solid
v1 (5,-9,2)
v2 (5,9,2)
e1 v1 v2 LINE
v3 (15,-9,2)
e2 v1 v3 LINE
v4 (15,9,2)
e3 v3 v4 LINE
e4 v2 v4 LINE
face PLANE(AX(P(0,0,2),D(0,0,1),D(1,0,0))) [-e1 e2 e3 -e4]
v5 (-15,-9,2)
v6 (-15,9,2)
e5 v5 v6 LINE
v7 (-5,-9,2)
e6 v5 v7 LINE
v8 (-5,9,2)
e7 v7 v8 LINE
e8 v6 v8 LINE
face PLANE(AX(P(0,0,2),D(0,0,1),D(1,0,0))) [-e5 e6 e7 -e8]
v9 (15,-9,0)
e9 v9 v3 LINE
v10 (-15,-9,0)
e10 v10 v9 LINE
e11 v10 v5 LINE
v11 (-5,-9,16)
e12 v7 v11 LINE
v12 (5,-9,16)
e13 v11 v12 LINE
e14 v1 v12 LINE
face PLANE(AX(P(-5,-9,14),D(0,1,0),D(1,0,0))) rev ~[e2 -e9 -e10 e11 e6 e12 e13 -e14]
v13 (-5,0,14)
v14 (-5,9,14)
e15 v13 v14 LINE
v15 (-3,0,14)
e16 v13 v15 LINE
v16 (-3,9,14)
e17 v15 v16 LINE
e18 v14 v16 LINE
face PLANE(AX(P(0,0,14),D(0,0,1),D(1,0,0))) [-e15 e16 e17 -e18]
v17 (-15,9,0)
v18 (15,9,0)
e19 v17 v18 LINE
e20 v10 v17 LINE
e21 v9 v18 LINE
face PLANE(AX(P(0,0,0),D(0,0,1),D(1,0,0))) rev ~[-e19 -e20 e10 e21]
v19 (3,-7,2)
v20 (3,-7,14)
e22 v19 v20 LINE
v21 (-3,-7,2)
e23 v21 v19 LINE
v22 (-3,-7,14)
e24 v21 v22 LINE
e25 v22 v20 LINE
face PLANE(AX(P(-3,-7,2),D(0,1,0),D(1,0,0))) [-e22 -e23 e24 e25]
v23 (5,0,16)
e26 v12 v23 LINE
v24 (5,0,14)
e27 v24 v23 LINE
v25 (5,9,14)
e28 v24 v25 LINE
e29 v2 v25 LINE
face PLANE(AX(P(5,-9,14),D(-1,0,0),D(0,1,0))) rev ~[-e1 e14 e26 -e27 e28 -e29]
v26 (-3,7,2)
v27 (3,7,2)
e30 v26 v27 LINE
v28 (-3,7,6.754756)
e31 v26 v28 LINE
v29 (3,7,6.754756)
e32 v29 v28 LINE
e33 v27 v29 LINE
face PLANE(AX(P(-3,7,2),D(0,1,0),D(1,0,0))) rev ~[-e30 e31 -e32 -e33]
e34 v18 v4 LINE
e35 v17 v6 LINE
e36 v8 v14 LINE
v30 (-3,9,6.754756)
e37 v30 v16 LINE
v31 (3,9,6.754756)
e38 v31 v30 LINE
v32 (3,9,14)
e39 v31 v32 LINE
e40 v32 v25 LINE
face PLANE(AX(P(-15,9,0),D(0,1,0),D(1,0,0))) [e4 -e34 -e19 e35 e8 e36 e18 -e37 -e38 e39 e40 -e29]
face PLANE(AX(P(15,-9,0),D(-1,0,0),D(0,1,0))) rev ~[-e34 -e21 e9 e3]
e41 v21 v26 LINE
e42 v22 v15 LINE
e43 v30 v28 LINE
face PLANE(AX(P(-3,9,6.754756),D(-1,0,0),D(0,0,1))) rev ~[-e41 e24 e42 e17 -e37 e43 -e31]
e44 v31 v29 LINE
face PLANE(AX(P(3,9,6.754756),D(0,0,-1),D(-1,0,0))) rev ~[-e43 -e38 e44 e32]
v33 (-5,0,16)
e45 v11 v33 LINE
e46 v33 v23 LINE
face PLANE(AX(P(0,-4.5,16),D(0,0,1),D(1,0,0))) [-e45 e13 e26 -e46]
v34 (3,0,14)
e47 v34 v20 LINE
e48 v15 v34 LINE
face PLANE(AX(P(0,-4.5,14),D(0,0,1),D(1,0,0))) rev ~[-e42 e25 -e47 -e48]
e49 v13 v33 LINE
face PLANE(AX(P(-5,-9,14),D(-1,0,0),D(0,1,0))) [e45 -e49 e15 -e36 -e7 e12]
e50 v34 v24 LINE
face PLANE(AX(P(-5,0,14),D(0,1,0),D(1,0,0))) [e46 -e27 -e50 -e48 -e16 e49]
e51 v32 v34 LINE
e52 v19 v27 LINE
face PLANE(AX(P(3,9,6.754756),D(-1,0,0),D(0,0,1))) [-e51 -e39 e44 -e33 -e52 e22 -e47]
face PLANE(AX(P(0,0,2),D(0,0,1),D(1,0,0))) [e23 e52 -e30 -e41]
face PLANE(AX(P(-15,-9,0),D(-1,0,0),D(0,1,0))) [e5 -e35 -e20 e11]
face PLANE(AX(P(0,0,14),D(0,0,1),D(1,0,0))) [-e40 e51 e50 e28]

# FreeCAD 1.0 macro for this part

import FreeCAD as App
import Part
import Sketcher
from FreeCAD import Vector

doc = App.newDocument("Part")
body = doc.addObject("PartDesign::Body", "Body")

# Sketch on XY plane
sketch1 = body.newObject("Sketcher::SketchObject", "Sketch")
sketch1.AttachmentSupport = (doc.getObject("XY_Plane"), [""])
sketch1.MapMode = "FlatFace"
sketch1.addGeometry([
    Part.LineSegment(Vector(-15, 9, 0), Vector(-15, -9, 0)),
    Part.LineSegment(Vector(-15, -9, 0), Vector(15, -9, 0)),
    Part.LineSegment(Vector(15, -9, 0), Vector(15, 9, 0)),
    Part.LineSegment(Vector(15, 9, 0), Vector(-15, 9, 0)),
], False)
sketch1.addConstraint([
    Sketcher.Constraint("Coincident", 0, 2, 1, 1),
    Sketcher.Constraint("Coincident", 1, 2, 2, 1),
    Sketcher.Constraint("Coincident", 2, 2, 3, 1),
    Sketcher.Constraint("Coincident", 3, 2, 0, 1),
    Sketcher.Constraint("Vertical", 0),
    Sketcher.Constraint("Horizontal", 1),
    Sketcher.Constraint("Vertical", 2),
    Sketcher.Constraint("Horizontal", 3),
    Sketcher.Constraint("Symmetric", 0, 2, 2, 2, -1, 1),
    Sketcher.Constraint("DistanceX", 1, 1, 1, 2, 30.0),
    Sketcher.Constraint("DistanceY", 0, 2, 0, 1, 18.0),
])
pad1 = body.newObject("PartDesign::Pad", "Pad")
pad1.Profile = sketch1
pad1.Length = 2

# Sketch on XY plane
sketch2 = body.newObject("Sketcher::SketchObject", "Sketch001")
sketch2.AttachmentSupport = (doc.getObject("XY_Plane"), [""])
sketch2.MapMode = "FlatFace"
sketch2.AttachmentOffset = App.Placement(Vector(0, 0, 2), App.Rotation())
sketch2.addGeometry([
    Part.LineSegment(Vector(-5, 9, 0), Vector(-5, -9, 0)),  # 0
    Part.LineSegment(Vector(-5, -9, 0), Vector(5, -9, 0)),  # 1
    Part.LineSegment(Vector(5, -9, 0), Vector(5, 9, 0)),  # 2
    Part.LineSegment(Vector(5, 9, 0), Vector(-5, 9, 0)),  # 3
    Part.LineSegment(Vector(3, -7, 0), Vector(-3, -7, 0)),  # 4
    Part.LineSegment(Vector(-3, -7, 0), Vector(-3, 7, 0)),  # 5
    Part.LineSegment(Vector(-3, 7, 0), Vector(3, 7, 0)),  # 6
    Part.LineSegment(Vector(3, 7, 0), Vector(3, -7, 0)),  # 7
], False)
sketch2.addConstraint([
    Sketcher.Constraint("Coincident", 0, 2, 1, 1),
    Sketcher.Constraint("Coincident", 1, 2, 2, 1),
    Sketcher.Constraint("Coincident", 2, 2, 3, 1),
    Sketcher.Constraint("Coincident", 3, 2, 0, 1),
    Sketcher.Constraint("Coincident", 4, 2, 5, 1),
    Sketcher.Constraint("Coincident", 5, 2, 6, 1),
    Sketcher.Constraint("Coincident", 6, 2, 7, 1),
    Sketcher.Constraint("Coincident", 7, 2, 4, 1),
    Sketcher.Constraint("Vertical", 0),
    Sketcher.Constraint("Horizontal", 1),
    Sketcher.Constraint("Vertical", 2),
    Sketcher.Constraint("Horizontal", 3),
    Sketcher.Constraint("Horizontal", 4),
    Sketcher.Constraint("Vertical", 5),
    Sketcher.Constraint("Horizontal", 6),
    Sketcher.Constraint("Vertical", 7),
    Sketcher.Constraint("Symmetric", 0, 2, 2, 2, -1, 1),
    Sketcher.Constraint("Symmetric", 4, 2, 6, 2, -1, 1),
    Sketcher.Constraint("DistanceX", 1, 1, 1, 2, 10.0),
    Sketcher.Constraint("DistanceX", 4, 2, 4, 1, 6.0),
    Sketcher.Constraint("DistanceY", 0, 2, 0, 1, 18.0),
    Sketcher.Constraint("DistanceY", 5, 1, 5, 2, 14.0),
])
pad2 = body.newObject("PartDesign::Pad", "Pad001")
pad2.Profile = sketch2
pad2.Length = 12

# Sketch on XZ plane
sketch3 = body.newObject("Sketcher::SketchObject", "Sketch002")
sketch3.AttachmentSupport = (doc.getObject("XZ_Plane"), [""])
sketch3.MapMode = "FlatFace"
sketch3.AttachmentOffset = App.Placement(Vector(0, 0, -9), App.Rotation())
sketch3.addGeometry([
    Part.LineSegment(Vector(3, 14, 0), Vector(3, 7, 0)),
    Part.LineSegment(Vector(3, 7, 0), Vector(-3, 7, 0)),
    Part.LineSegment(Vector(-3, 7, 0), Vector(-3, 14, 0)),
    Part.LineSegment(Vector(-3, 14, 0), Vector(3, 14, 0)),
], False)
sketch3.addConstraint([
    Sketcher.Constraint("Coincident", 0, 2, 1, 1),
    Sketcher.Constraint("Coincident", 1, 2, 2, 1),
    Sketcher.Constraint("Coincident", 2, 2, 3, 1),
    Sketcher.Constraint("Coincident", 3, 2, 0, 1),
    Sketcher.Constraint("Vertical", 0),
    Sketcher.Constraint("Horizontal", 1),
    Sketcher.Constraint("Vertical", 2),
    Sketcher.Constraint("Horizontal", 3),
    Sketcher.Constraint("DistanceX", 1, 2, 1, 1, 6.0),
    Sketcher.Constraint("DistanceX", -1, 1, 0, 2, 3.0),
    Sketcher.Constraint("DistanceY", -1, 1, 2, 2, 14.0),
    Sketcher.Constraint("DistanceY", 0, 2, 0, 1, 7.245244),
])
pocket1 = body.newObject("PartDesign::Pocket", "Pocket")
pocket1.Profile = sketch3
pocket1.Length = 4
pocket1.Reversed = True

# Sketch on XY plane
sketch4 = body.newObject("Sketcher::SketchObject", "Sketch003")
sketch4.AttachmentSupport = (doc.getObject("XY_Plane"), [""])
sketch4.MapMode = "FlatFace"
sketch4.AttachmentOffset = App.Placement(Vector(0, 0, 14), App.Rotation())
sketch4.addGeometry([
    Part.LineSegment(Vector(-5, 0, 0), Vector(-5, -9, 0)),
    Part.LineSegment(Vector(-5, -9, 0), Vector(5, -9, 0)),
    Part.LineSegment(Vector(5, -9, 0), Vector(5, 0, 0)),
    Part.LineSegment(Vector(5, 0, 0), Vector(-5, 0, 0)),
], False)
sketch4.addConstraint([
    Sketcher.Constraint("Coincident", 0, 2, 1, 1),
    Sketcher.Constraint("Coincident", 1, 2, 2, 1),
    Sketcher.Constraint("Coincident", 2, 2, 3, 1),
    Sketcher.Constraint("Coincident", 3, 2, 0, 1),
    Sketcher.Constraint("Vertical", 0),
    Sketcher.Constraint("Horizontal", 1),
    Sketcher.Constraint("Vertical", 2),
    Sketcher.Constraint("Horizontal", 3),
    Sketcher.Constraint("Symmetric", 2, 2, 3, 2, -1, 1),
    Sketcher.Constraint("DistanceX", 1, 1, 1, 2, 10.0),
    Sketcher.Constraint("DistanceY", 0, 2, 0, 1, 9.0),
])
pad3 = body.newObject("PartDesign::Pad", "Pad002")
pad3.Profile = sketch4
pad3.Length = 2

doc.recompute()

YOUR OBJECTIVE — Repeat word for word the lines above that run from the line containing "face PLANE(AX(P(-3,7,2),D(0,1,0),D(1,0,0))) rev" through the line containing "e50 v34 v24 LINE", both ends included, and nothing else.

EXPECTED OUTPUT —
face PLANE(AX(P(-3,7,2),D(0,1,0),D(1,0,0))) rev ~[-e30 e31 -e32 -e33]
e34 v18 v4 LINE
e35 v17 v6 LINE
e36 v8 v14 LINE
v30 (-3,9,6.754756)
e37 v30 v16 LINE
v31 (3,9,6.754756)
e38 v31 v30 LINE
v32 (3,9,14)
e39 v31 v32 LINE
e40 v32 v25 LINE
face PLANE(AX(P(-15,9,0),D(0,1,0),D(1,0,0))) [e4 -e34 -e19 e35 e8 e36 e18 -e37 -e38 e39 e40 -e29]
face PLANE(AX(P(15,-9,0),D(-1,0,0),D(0,1,0))) rev ~[-e34 -e21 e9 e3]
e41 v21 v26 LINE
e42 v22 v15 LINE
e43 v30 v28 LINE
face PLANE(AX(P(-3,9,6.754756),D(-1,0,0),D(0,0,1))) rev ~[-e41 e24 e42 e17 -e37 e43 -e31]
e44 v31 v29 LINE
face PLANE(AX(P(3,9,6.754756),D(0,0,-1),D(-1,0,0))) rev ~[-e43 -e38 e44 e32]
v33 (-5,0,16)
e45 v11 v33 LINE
e46 v33 v23 LINE
face PLANE(AX(P(0,-4.5,16),D(0,0,1),D(1,0,0))) [-e45 e13 e26 -e46]
v34 (3,0,14)
e47 v34 v20 LINE
e48 v15 v34 LINE
face PLANE(AX(P(0,-4.5,14),D(0,0,1),D(1,0,0))) rev ~[-e42 e25 -e47 -e48]
e49 v13 v33 LINE
face PLANE(AX(P(-5,-9,14),D(-1,0,0),D(0,1,0))) [e45 -e49 e15 -e36 -e7 e12]
e50 v34 v24 LINE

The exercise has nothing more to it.